# Subwoofer kaputt. Samsung HT-E5550



## Ennui (7. Dezember 2012)

Hey Leute, ich habe die Heimkinoanlage wie im Titel genannt und nun ist mir mein Subwoofer kaputt gegangen. Ich wollte mir jetzt Ersatz holen und bin bei Amazon auf den Subwoofer gestoßen : Kenwood SW-40 HT-BK Aktiver Subwoofer schwarz: Amazon.de: Elektronik
Nun wollte ich fragen ob ich den überhaupt an die den Blue-Ray Player, an dem die anderen Lautsprecher angeschlossen sind, anschließen kann? 
Der Subwoofer von Samsung ist ein passiver und der Kenwood ist ein aktiver mit Cinch. Hab hinten bei dem Player wohl Cinchausgänge gesehen, aber da steht nicht von Subwoofer.
Bräuchte dringend Rat. Danke 
Hier nochmal ne Seite zum Heimkinosystem : http://www.samsung.com/de/consumer/...y-home-entertainment-systems/HT-E5550/EN-spec


----------



## Herbboy (7. Dezember 2012)

Also, der yamaha-Sub hat keinen eigenen Stromstecker? Wie ist der denn mit der anlage verbunden? sind das zwei "drähte", oder ist das vlt ein "spezielles" Kabel? Bist du ganz sicher, dass der passiv ist (über einen bestimmten Stecker könnte ja auch Strom zum Sub kommen) ?

Je nach dem geht halt ein aktiver Sub "über Umwege" oder es muss ein passiver her oder es geht gar nicht - letzteres ist auch der Grund, warum ich von solchen Komplett-Systemen nichts halte: da geht ein Teil kaputt, und der Rest ist evlt. unbrauchbar.


----------



## Ennui (7. Dezember 2012)

Also an dem Samsung Subwoofer sind zwei Klemmanschlüsse. Rot und Schwarz, die zu einem Kabel werden und dann an den Blu Ray Player angeschlossen werden. Will nur einen neuen Subwoofer, ob aktiv oder Passiv spielt nicht unbedingt eine große Rolle. Bräuchte eine Lösung, wie ich es hinbekommen kann  . Kann auch nachher Bilder von der Rückseite von dem Blu Ray Player machen. Danke


----------



## Darkscream (7. Dezember 2012)

Wenn der SUB 2 Klemmanschlüsse hat ist er passiv - wenn du nun an die Klemmen des SUB ein kurzes Kabel steckst und daran eine Batterie (1,5V) hängst müsste sich jedes mal die Membran bewegen wenn du den Stromkreis schließt, wenn er noch heil ist. Leise hören tut man das auch.

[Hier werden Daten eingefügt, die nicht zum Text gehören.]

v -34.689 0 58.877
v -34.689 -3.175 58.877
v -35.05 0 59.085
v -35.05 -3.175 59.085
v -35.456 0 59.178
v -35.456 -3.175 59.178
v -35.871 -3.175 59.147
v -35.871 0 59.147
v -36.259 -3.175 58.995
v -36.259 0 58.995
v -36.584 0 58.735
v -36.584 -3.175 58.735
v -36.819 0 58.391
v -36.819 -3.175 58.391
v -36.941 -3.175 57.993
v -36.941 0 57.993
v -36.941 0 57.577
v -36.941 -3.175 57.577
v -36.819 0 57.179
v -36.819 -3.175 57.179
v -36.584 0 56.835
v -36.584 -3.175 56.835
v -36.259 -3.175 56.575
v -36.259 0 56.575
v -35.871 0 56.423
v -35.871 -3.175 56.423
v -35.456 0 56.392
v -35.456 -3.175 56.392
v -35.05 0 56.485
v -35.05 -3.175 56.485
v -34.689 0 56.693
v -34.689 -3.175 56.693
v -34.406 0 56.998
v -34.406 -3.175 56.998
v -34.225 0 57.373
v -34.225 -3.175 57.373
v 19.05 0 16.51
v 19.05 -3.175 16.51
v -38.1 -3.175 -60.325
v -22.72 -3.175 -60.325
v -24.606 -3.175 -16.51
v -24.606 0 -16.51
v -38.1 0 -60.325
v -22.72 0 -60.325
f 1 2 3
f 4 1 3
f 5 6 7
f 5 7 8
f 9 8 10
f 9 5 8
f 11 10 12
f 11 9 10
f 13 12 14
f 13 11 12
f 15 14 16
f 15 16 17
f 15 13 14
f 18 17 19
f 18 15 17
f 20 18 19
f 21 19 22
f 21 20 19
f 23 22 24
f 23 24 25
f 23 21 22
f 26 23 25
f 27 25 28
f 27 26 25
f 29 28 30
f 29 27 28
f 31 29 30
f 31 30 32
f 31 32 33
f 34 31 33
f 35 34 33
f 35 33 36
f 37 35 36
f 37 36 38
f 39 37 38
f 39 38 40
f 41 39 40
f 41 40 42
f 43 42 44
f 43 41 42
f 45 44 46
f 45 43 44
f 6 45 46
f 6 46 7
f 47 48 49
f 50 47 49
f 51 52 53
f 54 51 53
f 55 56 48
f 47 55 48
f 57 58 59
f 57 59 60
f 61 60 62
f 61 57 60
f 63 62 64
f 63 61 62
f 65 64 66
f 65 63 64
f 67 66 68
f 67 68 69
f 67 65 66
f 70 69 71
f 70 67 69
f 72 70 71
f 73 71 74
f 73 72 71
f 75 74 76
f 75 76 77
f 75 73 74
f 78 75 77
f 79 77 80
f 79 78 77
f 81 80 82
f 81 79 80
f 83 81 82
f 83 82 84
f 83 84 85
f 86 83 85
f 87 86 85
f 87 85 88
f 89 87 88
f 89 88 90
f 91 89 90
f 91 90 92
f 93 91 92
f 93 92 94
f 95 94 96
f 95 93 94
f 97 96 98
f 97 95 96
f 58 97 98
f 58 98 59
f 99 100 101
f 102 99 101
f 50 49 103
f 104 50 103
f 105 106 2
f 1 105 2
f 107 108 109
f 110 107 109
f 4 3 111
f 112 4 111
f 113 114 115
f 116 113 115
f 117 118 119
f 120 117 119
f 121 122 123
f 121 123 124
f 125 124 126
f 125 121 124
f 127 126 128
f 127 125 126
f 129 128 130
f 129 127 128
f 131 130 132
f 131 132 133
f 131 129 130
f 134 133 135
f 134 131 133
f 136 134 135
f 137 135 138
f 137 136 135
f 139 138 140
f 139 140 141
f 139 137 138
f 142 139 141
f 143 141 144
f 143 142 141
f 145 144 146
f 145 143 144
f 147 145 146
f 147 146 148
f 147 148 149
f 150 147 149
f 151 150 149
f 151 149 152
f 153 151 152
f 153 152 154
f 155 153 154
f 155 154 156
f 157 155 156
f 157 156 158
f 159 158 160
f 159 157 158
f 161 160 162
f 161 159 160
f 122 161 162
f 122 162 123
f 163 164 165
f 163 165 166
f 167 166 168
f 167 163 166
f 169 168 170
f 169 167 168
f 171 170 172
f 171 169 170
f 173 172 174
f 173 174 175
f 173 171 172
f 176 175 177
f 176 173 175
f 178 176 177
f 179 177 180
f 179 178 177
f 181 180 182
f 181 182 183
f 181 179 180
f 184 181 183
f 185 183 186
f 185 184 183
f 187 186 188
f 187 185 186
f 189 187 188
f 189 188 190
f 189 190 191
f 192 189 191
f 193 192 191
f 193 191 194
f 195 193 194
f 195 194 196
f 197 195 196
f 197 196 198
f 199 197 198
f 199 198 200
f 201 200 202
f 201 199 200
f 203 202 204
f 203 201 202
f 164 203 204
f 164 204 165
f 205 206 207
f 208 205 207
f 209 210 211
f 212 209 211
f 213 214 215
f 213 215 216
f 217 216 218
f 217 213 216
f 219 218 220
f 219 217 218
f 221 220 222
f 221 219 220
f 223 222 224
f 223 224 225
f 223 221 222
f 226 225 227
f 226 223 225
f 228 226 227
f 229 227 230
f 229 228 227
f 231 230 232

Sollte das so sein wäre die Endstufe in deinem BluRay-Steuerteil hinüber und ein SUB nach zu kaufen wäre sinnlos.
Das solltest du erst mal testen.


----------



## Herbboy (8. Dezember 2012)

Man könnte doch auch testweise einfach irgendeine andere passive Box an den Subanschluss anschließen - wenn sich dann nix tut, ist der Fehler bei der Anlage selbst. Auch bei einem nicht-Sub würde ja die Box irgendwie arbeiten, wenn der Sub-Anschluss prinzipiell noch okay ist

Oder auch den Sub an einem anderen Verstärker mal anschließen, das darf auch ruhig testweise ein Anschluss für eine normale Box sein, der Sub wird dann halt die "höheren" Sound nicht darstellen können, aber man merkt zumindest, ob er es generell noch tut.

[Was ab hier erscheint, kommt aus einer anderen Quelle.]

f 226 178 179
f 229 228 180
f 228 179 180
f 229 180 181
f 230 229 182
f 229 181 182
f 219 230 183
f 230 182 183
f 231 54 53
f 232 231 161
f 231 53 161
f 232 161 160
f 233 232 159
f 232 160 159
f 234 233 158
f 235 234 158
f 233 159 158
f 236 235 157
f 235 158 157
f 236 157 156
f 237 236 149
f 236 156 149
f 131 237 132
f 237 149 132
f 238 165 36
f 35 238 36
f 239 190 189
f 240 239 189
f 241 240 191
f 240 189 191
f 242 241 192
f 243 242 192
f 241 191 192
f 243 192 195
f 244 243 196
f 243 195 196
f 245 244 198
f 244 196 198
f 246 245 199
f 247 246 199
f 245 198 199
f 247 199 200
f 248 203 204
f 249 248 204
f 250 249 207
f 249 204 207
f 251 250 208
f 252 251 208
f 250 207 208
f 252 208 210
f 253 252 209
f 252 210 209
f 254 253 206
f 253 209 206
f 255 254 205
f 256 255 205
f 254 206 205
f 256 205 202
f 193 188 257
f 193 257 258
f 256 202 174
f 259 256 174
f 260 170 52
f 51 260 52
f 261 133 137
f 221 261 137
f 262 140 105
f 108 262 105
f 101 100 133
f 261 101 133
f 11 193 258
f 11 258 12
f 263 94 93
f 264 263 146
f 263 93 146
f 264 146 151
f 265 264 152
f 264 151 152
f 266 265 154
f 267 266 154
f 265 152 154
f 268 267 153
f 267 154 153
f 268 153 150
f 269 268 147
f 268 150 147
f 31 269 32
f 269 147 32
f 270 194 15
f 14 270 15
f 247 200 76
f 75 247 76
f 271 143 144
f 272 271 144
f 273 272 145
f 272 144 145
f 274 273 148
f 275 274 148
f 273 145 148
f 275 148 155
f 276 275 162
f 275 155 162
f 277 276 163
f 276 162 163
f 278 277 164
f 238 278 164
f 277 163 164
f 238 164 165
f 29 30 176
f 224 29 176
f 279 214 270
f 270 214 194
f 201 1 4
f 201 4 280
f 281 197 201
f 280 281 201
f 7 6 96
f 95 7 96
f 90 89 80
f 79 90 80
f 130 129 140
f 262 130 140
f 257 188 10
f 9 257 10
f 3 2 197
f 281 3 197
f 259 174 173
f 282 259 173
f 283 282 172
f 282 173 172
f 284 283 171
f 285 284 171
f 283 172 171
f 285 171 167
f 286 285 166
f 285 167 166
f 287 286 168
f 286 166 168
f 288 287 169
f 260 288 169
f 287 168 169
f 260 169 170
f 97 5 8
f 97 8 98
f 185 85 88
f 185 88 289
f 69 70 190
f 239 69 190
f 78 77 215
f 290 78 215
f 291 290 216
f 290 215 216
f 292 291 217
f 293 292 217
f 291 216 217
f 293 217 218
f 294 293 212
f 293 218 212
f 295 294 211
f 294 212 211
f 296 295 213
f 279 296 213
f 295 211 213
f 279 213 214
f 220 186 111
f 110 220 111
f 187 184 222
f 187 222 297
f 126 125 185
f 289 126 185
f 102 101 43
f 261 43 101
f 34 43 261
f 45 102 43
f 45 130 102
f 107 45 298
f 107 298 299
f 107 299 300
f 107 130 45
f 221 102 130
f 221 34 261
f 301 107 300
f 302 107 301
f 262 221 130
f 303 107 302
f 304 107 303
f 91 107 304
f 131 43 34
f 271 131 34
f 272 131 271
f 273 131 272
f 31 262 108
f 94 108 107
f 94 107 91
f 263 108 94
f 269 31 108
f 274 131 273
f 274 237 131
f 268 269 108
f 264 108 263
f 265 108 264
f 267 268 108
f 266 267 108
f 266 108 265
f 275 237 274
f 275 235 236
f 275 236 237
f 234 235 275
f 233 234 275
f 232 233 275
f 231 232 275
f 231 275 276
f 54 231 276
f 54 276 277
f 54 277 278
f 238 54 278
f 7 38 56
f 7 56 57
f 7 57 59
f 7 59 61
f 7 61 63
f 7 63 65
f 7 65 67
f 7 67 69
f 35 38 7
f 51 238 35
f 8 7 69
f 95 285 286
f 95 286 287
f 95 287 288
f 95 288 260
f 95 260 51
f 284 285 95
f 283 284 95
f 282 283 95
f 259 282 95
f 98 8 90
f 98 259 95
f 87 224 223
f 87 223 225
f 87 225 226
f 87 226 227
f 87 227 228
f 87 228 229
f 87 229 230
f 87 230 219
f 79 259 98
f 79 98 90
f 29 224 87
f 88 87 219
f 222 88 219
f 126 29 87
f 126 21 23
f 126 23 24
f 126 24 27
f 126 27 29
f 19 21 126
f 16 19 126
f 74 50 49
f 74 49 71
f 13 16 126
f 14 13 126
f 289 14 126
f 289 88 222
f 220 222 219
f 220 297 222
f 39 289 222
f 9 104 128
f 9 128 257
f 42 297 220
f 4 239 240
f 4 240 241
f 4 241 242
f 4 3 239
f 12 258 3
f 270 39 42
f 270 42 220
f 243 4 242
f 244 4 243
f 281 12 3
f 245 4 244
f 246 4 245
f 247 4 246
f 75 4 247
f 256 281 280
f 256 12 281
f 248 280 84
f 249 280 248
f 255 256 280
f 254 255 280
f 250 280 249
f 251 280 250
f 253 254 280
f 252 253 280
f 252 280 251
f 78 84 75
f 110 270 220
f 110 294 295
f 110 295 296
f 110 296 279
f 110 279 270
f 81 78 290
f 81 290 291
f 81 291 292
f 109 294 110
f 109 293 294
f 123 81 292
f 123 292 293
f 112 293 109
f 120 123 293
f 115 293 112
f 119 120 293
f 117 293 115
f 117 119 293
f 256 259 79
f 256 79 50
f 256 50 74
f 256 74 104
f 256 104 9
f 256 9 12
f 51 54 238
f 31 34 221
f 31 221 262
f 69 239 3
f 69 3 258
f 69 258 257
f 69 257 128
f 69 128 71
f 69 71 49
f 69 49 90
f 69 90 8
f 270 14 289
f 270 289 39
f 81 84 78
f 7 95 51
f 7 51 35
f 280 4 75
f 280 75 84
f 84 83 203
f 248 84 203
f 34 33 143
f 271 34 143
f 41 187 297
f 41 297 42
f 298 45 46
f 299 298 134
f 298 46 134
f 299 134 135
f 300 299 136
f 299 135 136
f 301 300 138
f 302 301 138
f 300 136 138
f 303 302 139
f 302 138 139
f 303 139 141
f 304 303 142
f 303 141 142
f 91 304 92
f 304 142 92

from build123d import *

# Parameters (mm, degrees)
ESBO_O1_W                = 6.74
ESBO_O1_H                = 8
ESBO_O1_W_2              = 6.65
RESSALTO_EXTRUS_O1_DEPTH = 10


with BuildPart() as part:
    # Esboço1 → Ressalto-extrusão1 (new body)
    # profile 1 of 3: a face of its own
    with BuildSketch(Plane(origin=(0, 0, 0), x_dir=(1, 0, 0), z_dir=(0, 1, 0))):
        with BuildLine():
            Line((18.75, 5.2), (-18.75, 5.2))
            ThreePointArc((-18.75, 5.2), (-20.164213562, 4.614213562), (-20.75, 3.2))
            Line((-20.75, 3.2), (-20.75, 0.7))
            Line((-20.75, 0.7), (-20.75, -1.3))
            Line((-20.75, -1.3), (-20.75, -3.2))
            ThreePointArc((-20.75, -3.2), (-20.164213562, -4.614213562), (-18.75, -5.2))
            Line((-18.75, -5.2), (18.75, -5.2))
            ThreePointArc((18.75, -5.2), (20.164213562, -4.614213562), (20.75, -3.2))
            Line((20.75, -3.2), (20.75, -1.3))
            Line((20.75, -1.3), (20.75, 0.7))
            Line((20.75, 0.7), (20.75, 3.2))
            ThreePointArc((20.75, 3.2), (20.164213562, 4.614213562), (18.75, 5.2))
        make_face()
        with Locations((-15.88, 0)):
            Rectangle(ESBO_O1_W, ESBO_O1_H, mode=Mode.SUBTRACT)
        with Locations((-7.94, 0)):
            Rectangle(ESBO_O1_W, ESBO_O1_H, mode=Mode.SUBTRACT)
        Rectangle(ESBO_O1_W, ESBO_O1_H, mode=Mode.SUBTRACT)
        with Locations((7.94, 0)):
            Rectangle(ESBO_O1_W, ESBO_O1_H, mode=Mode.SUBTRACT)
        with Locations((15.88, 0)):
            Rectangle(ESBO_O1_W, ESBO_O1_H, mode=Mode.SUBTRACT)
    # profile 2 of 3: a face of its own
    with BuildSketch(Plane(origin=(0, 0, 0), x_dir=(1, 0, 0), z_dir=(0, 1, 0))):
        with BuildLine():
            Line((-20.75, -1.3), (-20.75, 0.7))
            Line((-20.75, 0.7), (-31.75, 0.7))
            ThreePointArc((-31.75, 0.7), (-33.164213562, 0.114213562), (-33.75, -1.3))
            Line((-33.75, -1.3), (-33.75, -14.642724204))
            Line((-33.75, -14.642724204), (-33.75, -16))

Passive Boxen (auch Sub) gehen nämlich an sich nicht einfach kaputt, vor allem WENN dann sind es eher klangliche Dinge, die man dann feststellt, aber kein kompletter Ausfall. Nachher hast Du Dich vlt. sogar nur mit dem Hintern auf die Fernbedienung gesetzt und einen "No Sub"-Modus an der Anlage aktiviert, oder nen Nachtmodus, wo der Sub auch stumm bleiben soll


----------



## Ennui (8. Dezember 2012)

Also wenn ich unter den Einstellungen des Players gehe kann ich jeden lautsprecher und auch den subwoofer mit nem testton ansprechen. Bei dem Sub kommt auch ein Ton, aber iwas darin ist kaputt. Das höre ich. Da ist wohl iwas durchgebrannt als ich mal Musik auf volle Laustärke angemacht habe und dann kurz weg war ( *schäm* ich war letztes jahr an silvester zu betrunken   ) Also ich habe sonst noch Samsung angeschrieben ob man einen Ersatz bekommen kann.


----------



## Herbboy (8. Dezember 2012)

ansonsten musst Du wohl nen passiven Sub kaufen, vlt gibt es ja auch zufällig einen von der gleichen ANlage bei ebay oder so, wo wiederum jemand das Ding verkauft, weil zB der Player defekt ist?


----------